Good book, good read, lots of help to keep bees in a Warre, read what ever you can on Skep bee keeping too, just about the same
management during the build up.


----------



## jadebees (May 9, 2013)

Re nails: go to a hardware store and get the smallest Arrow type stapler. #j-22 or eqivalent.1/4"staples, 1leg in box, 1 in bar. Super easy & quik. If Abbot Warre had these he would have used them. Nail problem, solved.

Use a Langstroth type inner cover, sized for your Warre. No cloth. No Vaseline, forget it.


Your extra box will fit a quart jar feeder, over the inner cover hole. No robbing, no ants. Feeder problem, solved.


I have done these modifications for years, they are more effective than the original specs.
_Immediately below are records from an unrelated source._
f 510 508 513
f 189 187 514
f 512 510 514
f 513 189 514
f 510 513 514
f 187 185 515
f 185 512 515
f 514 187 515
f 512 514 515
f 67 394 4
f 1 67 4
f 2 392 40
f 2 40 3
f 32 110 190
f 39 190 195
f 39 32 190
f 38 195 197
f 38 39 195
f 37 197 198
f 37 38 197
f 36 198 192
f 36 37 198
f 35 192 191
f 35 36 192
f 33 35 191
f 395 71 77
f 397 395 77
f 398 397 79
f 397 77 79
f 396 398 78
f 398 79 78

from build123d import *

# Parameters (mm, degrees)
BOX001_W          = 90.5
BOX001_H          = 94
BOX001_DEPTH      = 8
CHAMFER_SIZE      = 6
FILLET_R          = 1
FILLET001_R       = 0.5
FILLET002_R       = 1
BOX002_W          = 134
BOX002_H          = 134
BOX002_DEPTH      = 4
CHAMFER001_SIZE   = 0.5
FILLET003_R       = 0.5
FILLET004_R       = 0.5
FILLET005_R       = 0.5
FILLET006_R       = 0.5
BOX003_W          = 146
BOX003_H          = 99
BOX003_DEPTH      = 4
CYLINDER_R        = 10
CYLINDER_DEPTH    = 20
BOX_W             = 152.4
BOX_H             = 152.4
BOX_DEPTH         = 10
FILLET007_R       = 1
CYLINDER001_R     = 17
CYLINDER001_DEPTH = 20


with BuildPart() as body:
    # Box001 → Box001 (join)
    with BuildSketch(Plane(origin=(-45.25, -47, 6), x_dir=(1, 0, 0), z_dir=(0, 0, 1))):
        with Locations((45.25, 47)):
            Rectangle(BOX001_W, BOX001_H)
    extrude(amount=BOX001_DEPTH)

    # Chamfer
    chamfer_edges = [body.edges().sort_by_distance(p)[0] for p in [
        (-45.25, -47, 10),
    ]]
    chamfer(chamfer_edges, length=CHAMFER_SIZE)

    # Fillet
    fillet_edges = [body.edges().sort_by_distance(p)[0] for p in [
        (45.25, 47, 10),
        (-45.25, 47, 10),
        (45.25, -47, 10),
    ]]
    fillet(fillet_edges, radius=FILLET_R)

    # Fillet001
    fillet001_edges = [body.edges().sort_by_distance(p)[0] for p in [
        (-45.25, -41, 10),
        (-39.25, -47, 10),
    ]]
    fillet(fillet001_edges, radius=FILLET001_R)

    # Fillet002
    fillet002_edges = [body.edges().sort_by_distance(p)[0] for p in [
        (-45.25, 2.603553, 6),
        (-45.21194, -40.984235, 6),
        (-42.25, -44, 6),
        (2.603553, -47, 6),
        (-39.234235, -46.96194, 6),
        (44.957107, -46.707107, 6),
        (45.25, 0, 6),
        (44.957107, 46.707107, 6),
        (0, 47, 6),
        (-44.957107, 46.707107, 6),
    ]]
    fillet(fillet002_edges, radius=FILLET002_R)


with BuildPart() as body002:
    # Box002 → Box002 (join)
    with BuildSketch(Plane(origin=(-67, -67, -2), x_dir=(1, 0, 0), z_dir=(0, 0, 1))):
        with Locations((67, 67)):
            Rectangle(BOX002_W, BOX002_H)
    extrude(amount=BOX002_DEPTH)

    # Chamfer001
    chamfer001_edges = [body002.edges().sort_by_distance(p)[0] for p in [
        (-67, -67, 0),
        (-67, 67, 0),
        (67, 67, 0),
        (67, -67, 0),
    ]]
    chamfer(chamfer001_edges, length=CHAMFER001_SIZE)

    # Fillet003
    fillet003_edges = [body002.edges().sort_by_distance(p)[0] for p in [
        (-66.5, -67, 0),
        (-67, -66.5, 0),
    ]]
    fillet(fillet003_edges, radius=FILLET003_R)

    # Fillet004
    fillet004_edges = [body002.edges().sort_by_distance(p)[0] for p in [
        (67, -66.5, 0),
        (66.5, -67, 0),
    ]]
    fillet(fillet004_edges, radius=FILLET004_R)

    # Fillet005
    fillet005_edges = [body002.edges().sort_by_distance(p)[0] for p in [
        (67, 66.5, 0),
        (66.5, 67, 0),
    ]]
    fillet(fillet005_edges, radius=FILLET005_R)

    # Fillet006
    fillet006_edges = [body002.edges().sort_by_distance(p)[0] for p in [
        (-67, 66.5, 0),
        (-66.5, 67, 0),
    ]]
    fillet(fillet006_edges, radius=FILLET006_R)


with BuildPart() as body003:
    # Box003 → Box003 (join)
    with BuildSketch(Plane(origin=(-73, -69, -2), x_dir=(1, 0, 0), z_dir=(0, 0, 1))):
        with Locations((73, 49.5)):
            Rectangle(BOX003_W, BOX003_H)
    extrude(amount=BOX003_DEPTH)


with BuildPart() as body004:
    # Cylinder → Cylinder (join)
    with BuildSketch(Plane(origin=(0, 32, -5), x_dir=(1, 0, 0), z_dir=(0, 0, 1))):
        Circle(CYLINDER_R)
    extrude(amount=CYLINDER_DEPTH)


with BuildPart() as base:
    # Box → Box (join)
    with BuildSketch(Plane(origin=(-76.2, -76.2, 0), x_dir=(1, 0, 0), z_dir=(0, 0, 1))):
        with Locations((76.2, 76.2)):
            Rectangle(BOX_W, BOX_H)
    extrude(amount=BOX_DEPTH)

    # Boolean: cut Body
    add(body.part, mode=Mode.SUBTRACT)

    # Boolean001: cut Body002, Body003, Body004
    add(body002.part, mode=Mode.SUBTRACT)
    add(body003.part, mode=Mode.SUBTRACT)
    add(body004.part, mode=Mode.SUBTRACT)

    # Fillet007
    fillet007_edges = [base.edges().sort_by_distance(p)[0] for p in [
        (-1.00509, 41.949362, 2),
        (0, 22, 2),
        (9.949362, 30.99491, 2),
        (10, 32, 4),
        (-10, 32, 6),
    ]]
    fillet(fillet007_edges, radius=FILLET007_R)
I make for my hives, a quilt box, with a solid feeder deck area, and hole. About 2/3 is just screened.Internal roof ventilation, permanent foam moisture wicking insulation. Not wood chips or shavings, thats So 1850's, Lol! With the inner cover space built in.

But for you, I'd advise to stop overthinking it. If you follow Warre"s instructions to the letter, it works too. Just not as conveniently.


----------



## sinthome (Apr 6, 2016)

Hey thanks so much for all the advice and replies. Things went pretty well yesterday. In the Warre hives, I put each package of bees in a single box with top bars and 4 quart jars per hive of 1:1 syrup (pure cane sugar dissolved in chamomile tea and a little sea salt) resting on the top bars in an empty box above. I arranged the jars in a square pattern around where the queen cage is hanging. At the bee supply store they said the bees could drain this much down in a matter of hours. Well, 24 hours later they have hardly made a dent in it. Should I be concerned? I am trying to just let them "bee".. but it is supposed to get into the 20s tonight and I'm worried they aren't prepared.


----------



## jadebees (May 9, 2013)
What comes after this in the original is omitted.